Я продолжаю изучать фотографии остальных лавин, от десятой до четвертой, и все более убеждаюсь, что они затеяли с нами чрезвычайно скверную игру. Я вспоминаю «Дубровского», ту сцену, когда человека вталкивали в каморку, где он оказывался один на один с разъяренным медведем и дрожал от страха в единственном безопасном углу. Мы тоже прижаты в угол, и перед нами тоже разъяренный медведь – только долго ли он останется привязанным, день, час или одну минуту, не знает никто.

Звонит Мурат, он ждет меня через двадцать минут. Я отпускаю ребят – надо собраться с мыслями.

Да, чрезвычайно скверная игра, в которой у меня на руках нет ни одного козыря: ни подрезать лавины, ни обстрелять их я не решусь. К такому повороту событий я не готов – пассивную оборону держать не научился, привык нападать первым. В результате я уже проиграл – с домом № 23, и если ни одна комиссия в этом меня не упрекнет, то самому себе я могу признаться, что был нерешителен и благодушен. «Главный судья лавинщика – покойники на шее», – говорил Юрий Станиславович…

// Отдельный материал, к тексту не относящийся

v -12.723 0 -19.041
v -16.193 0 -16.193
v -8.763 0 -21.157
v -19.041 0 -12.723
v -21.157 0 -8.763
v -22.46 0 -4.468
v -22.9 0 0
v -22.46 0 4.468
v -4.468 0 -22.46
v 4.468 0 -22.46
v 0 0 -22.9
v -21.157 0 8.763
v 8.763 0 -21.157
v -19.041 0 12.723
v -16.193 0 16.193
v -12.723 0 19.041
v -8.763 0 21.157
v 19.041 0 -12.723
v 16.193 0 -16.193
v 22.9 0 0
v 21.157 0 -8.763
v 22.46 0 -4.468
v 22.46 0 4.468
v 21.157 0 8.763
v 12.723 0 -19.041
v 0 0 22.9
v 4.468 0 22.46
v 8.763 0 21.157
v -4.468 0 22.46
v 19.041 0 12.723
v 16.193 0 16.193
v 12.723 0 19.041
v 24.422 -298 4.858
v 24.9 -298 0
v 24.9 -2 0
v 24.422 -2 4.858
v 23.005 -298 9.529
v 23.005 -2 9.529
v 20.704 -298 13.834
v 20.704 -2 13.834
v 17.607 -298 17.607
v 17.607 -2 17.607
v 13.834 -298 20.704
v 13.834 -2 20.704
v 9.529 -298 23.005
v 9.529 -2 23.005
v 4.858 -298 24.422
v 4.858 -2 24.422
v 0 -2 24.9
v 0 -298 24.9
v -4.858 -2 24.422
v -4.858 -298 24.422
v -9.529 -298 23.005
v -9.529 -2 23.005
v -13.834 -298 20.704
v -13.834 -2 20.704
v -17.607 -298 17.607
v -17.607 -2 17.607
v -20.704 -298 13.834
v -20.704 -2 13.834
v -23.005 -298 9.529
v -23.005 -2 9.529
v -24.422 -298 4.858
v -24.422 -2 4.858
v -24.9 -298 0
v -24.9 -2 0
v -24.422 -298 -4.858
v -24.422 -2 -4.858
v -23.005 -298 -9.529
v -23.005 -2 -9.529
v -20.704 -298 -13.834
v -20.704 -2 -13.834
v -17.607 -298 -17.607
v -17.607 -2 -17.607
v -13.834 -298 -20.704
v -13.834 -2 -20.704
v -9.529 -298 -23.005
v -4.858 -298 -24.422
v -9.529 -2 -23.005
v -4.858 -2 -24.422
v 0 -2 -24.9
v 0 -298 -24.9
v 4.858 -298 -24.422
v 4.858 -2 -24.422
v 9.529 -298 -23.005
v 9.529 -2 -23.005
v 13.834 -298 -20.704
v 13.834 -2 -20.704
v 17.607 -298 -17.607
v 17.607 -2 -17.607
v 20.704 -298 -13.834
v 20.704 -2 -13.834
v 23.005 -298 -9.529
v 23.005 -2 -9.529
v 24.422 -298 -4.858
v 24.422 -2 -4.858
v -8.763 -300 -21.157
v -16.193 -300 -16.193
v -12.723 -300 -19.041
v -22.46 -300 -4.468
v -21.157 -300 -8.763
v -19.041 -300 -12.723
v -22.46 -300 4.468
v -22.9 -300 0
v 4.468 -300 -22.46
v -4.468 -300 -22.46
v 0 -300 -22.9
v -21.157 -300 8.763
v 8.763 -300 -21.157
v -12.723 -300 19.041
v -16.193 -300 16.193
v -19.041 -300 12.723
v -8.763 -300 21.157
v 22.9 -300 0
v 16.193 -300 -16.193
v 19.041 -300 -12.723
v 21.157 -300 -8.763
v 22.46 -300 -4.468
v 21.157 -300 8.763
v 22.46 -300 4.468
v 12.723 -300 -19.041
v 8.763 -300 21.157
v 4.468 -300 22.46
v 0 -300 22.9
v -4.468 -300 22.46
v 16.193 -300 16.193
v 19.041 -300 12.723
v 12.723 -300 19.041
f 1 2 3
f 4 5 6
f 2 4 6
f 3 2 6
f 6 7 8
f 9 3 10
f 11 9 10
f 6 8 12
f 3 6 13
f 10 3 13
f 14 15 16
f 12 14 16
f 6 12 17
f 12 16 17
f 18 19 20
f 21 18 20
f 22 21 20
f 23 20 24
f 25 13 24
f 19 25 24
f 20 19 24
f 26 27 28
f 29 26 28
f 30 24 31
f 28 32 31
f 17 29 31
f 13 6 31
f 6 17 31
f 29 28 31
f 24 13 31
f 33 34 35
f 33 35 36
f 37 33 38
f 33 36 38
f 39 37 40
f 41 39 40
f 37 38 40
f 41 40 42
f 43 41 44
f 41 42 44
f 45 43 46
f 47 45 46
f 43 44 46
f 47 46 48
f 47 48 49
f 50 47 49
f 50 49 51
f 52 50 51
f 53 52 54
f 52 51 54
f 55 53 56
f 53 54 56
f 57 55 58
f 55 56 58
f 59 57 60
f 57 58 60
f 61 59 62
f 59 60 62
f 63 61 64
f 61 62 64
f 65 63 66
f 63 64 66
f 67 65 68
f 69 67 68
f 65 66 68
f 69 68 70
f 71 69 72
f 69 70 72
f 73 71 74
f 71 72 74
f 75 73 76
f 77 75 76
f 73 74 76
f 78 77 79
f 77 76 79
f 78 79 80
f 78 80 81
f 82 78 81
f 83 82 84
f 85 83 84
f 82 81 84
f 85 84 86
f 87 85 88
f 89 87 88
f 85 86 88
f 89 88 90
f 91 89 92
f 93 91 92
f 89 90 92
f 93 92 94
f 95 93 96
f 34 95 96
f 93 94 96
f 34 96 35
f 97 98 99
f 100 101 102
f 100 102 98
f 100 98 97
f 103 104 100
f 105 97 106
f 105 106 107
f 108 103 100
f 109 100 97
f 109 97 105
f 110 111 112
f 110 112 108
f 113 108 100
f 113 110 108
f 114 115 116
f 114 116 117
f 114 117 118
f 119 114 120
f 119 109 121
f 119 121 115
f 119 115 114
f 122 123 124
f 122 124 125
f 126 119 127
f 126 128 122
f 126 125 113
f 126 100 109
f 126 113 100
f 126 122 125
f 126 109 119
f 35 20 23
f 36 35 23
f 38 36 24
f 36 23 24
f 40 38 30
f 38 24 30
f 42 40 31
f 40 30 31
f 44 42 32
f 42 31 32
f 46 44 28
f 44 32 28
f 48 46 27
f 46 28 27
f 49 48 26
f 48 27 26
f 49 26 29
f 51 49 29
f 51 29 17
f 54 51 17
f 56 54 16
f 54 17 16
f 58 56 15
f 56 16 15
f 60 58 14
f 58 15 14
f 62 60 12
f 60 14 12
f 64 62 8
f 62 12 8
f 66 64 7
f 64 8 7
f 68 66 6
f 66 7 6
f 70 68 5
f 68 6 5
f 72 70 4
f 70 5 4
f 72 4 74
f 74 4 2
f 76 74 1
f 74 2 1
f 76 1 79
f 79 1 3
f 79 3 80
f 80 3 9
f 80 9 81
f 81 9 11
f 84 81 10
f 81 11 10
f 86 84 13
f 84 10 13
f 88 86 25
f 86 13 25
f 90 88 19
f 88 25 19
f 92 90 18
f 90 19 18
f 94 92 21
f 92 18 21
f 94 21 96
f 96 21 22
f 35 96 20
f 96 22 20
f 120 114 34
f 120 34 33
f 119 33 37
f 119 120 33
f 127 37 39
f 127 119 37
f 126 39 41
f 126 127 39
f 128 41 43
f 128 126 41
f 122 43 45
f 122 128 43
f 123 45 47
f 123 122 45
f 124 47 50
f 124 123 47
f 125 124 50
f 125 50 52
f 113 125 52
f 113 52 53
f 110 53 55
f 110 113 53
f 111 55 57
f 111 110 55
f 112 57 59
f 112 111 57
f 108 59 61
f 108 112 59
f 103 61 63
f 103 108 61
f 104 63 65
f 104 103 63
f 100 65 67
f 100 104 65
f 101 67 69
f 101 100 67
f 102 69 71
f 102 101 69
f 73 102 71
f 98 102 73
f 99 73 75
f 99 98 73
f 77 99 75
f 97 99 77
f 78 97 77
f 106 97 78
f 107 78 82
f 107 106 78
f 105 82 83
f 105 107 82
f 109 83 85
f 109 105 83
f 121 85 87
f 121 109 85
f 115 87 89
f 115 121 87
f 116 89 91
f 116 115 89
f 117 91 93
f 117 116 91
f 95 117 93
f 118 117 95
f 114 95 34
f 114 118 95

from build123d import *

# Parameters (mm, degrees)
F0_R     = 24.9
F1_DEPTH = 300
F2_SIZE  = 2
F3_SIZE  = 2


with BuildPart() as f1:
    # F0 (on Front) → F1 (new body)
    with BuildSketch(Plane.XZ):
        Circle(F0_R)
    extrude(amount=F1_DEPTH)

    # F2
    f2_edges = [f1.edges().sort_by_distance(p)[0] for p in [
        (-24.9, -300, 0),
    ]]
    chamfer(f2_edges, length=F2_SIZE)

    # F3
    f3_edges = [f1.edges().sort_by_distance(p)[0] for p in [
        (-24.9, 0, 0),
    ]]
    chamfer(f3_edges, length=F3_SIZE)


solid = f1.part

Щемящая горечь, которой я не имею права сейчас отдаваться, перерастает в острое недовольство собой – за то, что у меня не хватило характера уберечь дедушку Измаила, за лихой кавалерийский наскок на одиннадцатую и, наконец, за то, что на заседании штаба я не сказал всей правды. Если первое непоправимо, а второе волею случая сошло с рук, то за третье мне нет оправдания. Третьего Юрий Станиславович мне бы не простил. Боишься непонимания, скандала, взрыва страстей? Тогда зачем ты пошел в лавинщики, когда есть на свете такая спокойная должность – ночной сторож?

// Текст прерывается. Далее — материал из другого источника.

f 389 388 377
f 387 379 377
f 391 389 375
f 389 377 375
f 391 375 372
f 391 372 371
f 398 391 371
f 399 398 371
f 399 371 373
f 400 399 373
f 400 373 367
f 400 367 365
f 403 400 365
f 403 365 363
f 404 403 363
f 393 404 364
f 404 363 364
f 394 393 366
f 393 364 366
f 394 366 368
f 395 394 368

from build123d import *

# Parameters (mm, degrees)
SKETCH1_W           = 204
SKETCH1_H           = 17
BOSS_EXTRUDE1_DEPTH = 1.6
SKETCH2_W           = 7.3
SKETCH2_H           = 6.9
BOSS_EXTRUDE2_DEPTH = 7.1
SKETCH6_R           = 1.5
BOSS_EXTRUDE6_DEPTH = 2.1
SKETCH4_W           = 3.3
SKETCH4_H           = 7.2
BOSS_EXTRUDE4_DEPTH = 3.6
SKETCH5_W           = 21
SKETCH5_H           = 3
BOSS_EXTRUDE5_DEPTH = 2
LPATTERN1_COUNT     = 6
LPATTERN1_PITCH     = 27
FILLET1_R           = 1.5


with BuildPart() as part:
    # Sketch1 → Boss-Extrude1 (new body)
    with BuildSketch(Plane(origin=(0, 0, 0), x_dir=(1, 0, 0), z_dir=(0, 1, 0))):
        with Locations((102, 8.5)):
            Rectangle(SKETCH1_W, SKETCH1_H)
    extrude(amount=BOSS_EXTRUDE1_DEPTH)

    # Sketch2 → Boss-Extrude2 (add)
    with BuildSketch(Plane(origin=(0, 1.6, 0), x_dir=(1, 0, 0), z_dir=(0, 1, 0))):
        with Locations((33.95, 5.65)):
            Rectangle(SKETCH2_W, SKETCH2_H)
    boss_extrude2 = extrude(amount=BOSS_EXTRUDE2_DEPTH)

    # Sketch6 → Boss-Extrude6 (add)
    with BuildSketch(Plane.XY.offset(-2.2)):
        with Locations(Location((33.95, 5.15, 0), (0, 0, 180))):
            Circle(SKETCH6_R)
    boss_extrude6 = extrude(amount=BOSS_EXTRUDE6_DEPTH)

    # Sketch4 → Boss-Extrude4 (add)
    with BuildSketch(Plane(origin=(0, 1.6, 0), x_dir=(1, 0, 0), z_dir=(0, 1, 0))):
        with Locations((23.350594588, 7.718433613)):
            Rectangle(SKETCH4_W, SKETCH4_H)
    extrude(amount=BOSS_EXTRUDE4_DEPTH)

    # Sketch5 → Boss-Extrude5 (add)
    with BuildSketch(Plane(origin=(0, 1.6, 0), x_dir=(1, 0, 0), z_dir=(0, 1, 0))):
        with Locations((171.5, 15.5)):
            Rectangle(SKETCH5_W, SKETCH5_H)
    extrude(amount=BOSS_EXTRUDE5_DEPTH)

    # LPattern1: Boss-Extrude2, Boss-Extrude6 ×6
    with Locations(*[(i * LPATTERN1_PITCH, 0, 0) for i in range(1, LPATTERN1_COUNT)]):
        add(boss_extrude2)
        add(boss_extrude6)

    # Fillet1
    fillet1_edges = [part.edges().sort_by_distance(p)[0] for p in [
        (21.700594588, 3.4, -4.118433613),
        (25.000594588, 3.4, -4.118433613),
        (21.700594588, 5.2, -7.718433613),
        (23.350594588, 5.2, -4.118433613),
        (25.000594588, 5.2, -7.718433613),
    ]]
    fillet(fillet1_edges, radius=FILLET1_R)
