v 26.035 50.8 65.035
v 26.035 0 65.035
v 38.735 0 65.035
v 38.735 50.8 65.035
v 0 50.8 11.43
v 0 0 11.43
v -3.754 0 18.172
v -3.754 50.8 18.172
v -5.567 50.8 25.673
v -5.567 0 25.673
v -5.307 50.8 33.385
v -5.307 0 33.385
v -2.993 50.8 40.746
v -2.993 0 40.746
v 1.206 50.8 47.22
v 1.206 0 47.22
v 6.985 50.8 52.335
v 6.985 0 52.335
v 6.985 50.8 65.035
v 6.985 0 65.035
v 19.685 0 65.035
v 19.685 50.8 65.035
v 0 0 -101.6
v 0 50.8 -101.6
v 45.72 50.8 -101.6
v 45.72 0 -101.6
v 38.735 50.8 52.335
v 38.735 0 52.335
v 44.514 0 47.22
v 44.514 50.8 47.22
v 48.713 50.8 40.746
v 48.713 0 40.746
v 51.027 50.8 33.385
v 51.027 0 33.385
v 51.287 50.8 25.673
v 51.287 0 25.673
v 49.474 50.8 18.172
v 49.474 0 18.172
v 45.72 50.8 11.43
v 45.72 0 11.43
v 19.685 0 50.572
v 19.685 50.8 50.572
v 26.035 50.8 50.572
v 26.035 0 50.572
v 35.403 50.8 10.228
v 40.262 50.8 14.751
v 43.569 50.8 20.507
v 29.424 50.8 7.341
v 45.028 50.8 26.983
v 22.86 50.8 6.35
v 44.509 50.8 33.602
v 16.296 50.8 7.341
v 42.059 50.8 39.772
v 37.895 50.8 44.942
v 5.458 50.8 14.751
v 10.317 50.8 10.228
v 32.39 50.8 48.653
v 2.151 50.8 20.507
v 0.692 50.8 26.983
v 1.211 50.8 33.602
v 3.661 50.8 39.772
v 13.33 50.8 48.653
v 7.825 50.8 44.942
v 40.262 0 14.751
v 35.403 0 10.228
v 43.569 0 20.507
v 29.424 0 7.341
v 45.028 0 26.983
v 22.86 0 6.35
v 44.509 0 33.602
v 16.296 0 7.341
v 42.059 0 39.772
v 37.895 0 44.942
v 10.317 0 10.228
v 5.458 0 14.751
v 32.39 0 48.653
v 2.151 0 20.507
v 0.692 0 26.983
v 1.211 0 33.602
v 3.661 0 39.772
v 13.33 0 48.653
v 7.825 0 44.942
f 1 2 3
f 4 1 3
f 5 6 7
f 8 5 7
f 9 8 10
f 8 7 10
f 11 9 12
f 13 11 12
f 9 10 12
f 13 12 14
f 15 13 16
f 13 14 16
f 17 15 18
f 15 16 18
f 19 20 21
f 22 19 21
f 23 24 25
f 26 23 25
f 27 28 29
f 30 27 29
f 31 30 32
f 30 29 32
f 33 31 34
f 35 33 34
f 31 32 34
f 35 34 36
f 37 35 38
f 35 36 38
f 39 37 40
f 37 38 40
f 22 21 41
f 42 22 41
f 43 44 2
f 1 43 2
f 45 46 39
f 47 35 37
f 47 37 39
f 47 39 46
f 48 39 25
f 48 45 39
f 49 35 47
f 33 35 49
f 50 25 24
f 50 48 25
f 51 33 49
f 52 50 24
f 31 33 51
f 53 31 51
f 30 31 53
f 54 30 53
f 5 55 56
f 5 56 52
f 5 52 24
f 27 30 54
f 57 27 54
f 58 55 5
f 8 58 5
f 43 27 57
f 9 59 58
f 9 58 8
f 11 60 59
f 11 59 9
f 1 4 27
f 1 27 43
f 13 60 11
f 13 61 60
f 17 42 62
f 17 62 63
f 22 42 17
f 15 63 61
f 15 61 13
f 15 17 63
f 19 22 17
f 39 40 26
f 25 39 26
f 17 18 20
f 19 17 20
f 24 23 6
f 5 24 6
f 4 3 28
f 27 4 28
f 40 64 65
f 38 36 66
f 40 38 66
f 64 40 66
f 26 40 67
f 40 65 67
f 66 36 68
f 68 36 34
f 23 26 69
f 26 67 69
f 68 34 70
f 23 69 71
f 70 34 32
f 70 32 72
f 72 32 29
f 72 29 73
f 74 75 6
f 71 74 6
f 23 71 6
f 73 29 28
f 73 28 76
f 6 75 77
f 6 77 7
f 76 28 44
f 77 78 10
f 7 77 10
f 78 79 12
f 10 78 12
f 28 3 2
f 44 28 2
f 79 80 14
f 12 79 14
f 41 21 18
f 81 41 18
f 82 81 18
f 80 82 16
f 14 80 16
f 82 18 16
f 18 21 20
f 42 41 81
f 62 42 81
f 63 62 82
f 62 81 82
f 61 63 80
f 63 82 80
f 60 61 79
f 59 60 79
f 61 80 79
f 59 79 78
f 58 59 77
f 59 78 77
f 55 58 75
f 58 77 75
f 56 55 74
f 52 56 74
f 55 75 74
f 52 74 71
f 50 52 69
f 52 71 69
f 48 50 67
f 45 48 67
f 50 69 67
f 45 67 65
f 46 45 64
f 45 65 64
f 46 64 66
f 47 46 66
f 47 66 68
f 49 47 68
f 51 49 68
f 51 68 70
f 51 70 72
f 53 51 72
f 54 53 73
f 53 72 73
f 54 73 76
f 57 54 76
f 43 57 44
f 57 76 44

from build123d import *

# Parameters (mm, degrees)
SKETCH1_W           = 45.72
SKETCH1_H           = 101.6
BOSS_EXTRUDE1_DEPTH = 50.8
BOSS_EXTRUDE2_DEPTH = 50.8


with BuildPart() as part:
    # Sketch1 → Boss-Extrude1 (new body)
    with BuildSketch(Plane(origin=(0, 0, 0), x_dir=(1, 0, 0), z_dir=(0, 1, 0))):
        with Locations((22.86, 50.8)):
            Rectangle(SKETCH1_W, SKETCH1_H)
    extrude(amount=BOSS_EXTRUDE1_DEPTH)

    # Sketch4 → Boss-Extrude2 (add)
    with BuildSketch(Plane.XZ):
        with BuildLine():
            Line((0, 0), (0, 11.43))
            ThreePointArc((0, 11.43), (-5.307269755, 33.384941739), (6.985, 52.334524406))
            Line((6.985, 52.334524406), (6.985, 65.034524406))
            Line((6.985, 65.034524406), (19.685, 65.034524406))
            Line((19.685, 65.034524406), (19.685, 50.572045256))
            ThreePointArc((19.685, 50.572045256), (22.86, 6.35), (26.035, 50.572045256))
            Line((26.035, 50.572045256), (26.035, 65.034524406))
            Line((26.035, 65.034524406), (38.735, 65.034524406))
            Line((38.735, 65.034524406), (38.735, 52.334524406))
            ThreePointArc((38.735, 52.334524406), (51.027269755, 33.384941739), (45.72, 11.43))
            Line((45.72, 11.43), (45.72, 0))
            Line((45.72, 0), (0, 0))
        make_face()
    extrude(amount=-BOSS_EXTRUDE2_DEPTH)


solid = part.part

Три года назад в последний свой приезд Юрий Станиславович почувствовал себя плохо. В тот январский день солнце заливало склоны, но он не пошел кататься и лежал на кровати, забавляясь Жуликом и поругивая свой радикулит. Лишь много спустя я узнал, что он скрывал от всех смертельный недуг: он был сильным, веселым, ироничным человеком и не терпел жалости, сочувственных взглядов; радикулит он выдумал – его терзал рак. Я был взбудоражен – утром в лавине погибли два туриста, только несколько часов назад мы их откопали, и слово за слово разговор пошел о профессии лавинщика, о его работе, жизни и смерти. Юрий Станиславович вспоминал разные эпизоды, анализировал ошибки лавинщиков, приводившие к трагическому исходу, и я, еще не остыв от пережитого, про себя возмущался спокойствием, с которым он говорил о смерти. Теперь-то я знаю, что он имел право так рассуждать, но тогда его философские размышления казались чуть ли не кощунственными: ведь только что ушли из жизни два человека! Ему были чужды и скорбный пессимизм Экклезиаста, и восточное равнодушие к смерти, зато он очень одобрял самоуспокоительную мудрость Монтеня и, помню, с большим уважением процитировал Горация: «Считай всякий день, что тебе выпал, последним, и будет мил тот час, на который ты не надеялся».